Dataset extract.
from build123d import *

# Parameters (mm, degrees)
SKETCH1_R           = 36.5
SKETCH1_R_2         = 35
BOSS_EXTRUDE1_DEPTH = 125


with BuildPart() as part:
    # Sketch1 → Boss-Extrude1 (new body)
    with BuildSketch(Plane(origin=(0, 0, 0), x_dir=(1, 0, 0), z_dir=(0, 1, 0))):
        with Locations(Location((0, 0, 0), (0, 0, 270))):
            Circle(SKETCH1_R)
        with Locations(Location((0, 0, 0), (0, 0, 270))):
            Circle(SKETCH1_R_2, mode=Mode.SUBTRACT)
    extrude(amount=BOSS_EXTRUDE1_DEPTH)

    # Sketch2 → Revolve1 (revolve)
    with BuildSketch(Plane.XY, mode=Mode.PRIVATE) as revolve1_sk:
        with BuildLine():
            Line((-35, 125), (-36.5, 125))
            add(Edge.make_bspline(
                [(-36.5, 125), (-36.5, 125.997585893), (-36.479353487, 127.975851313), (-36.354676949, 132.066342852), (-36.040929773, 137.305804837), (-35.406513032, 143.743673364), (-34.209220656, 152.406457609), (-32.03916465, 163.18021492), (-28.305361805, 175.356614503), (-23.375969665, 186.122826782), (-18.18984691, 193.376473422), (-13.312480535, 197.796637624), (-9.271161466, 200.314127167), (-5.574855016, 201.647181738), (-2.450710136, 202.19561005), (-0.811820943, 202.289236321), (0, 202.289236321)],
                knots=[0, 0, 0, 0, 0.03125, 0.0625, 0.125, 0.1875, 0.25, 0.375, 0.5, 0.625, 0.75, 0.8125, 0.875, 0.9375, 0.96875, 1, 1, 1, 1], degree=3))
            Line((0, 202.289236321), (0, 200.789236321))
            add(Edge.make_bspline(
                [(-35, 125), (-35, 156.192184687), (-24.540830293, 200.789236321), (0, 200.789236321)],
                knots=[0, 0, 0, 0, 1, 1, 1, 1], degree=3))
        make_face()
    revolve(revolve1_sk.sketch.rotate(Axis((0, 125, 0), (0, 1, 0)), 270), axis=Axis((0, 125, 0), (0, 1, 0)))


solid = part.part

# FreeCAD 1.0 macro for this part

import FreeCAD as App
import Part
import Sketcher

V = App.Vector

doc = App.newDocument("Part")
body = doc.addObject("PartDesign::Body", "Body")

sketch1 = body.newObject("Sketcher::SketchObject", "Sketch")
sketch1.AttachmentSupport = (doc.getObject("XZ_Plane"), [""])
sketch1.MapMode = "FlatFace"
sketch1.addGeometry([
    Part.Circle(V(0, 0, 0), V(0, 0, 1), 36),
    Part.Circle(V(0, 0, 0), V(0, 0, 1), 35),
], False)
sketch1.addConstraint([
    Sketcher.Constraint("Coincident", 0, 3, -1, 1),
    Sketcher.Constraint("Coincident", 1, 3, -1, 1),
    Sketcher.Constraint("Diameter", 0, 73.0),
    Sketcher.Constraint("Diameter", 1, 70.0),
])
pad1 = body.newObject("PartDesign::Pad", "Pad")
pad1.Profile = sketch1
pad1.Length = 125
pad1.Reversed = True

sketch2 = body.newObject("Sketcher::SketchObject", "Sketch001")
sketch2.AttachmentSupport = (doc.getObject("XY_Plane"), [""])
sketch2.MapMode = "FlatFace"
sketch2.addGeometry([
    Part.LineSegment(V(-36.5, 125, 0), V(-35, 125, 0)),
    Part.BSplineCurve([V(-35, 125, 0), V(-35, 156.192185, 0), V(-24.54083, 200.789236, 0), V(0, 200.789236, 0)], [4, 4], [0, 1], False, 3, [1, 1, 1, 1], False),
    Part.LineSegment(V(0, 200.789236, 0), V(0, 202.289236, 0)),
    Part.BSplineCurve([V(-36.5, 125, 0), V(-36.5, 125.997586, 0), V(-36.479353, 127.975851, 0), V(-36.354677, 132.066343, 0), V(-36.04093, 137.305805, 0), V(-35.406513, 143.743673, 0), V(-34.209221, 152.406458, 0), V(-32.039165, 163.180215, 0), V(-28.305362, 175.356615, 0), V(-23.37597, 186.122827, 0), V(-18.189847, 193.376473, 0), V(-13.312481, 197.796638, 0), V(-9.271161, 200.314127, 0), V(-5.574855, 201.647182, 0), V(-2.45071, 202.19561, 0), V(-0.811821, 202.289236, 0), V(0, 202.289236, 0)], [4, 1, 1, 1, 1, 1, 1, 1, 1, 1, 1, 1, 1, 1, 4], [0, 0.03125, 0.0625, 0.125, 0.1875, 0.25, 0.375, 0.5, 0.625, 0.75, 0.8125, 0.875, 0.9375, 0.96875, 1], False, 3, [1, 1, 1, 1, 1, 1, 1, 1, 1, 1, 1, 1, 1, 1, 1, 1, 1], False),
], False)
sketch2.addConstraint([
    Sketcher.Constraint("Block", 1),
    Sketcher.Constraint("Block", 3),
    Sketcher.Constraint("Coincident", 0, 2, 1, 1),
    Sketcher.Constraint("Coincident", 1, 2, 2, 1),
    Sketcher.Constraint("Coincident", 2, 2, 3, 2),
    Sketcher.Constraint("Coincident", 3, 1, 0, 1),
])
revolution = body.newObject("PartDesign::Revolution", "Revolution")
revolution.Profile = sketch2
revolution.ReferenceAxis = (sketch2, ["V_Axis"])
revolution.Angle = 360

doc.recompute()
--
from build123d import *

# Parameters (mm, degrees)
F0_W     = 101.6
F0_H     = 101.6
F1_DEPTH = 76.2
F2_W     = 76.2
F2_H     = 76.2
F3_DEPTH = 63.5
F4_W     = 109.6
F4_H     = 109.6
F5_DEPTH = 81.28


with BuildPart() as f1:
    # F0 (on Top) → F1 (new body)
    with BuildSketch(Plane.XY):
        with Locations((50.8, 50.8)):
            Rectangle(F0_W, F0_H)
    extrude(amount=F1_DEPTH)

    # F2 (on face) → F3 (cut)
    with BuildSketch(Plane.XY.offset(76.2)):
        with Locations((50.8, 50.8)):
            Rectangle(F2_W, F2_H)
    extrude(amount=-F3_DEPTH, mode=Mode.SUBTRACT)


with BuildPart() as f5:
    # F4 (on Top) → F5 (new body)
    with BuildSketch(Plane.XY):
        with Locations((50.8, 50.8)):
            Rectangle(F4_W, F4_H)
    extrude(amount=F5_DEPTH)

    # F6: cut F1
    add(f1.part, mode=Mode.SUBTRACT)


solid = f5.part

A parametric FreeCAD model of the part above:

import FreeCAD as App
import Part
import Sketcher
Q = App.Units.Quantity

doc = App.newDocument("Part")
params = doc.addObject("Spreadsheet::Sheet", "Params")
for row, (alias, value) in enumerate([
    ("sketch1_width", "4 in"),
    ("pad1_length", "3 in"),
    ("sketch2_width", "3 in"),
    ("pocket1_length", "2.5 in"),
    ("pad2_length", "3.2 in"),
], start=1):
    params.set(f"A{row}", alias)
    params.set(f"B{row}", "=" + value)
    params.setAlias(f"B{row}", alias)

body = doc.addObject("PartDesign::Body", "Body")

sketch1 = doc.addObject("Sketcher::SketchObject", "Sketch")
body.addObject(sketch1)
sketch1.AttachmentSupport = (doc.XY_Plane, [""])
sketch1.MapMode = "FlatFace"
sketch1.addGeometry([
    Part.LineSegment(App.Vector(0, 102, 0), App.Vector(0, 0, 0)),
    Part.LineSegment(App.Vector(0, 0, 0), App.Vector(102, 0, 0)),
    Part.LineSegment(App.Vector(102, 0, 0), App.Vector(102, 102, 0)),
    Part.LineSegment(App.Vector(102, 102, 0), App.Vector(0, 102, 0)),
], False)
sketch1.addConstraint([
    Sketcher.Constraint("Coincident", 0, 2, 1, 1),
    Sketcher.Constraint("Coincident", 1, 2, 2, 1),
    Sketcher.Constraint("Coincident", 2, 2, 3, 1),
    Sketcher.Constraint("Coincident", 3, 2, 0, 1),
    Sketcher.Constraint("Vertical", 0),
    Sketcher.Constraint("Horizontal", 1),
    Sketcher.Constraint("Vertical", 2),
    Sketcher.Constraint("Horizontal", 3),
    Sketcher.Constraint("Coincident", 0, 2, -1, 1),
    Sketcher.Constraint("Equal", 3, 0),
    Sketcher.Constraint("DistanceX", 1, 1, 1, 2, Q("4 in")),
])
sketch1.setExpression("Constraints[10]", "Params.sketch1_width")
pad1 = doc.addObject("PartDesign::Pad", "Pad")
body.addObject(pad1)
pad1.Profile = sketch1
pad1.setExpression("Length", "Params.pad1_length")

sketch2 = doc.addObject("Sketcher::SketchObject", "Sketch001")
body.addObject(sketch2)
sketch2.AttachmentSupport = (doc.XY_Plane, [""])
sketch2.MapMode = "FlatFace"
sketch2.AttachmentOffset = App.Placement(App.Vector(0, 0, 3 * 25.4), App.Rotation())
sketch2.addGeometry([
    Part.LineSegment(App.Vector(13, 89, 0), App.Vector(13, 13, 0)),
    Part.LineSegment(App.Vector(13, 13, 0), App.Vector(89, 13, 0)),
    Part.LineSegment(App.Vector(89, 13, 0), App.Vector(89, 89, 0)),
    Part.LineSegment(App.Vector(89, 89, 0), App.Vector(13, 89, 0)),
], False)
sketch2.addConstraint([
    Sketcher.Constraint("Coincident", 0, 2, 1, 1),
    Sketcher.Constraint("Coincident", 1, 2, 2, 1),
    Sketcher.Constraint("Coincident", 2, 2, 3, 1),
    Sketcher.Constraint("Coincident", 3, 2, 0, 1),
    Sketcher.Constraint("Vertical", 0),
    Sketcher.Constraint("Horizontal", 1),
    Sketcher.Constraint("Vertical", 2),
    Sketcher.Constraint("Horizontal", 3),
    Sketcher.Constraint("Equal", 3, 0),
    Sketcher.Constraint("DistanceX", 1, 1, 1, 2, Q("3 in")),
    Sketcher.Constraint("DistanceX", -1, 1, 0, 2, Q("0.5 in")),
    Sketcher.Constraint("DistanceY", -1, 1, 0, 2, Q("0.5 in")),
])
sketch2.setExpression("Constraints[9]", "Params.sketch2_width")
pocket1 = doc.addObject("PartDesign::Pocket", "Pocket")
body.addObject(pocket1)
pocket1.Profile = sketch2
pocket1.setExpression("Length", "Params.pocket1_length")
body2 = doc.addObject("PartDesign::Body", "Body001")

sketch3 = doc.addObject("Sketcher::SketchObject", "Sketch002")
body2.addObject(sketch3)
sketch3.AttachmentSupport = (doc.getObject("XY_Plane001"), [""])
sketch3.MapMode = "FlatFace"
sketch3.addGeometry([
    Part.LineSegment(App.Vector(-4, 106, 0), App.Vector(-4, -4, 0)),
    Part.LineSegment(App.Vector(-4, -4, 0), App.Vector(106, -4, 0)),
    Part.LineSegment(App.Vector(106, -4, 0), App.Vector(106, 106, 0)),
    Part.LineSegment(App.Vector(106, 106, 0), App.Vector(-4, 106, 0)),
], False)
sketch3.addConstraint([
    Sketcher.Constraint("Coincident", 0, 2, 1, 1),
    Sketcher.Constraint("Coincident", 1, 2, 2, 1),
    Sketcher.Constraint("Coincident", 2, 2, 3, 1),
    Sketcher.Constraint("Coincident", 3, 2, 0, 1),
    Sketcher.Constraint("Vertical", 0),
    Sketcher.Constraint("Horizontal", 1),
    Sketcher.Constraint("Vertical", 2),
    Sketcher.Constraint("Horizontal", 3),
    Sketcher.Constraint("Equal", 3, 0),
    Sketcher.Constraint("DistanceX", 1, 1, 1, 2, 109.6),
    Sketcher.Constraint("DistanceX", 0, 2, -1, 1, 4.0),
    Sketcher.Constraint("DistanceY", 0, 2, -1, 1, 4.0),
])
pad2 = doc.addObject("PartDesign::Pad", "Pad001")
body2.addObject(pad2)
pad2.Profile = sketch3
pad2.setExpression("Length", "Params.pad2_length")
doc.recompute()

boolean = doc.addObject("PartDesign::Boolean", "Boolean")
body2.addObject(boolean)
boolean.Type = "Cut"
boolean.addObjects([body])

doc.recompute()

What you should do. Given the records above, reproduce precisely and only the lines between the line holding "# F6: cut F1" and the line holding "A parametric FreeCAD", inclusive.

The answer.
    # F6: cut F1
    add(f1.part, mode=Mode.SUBTRACT)


solid = f5.part

A parametric FreeCAD model of the part above:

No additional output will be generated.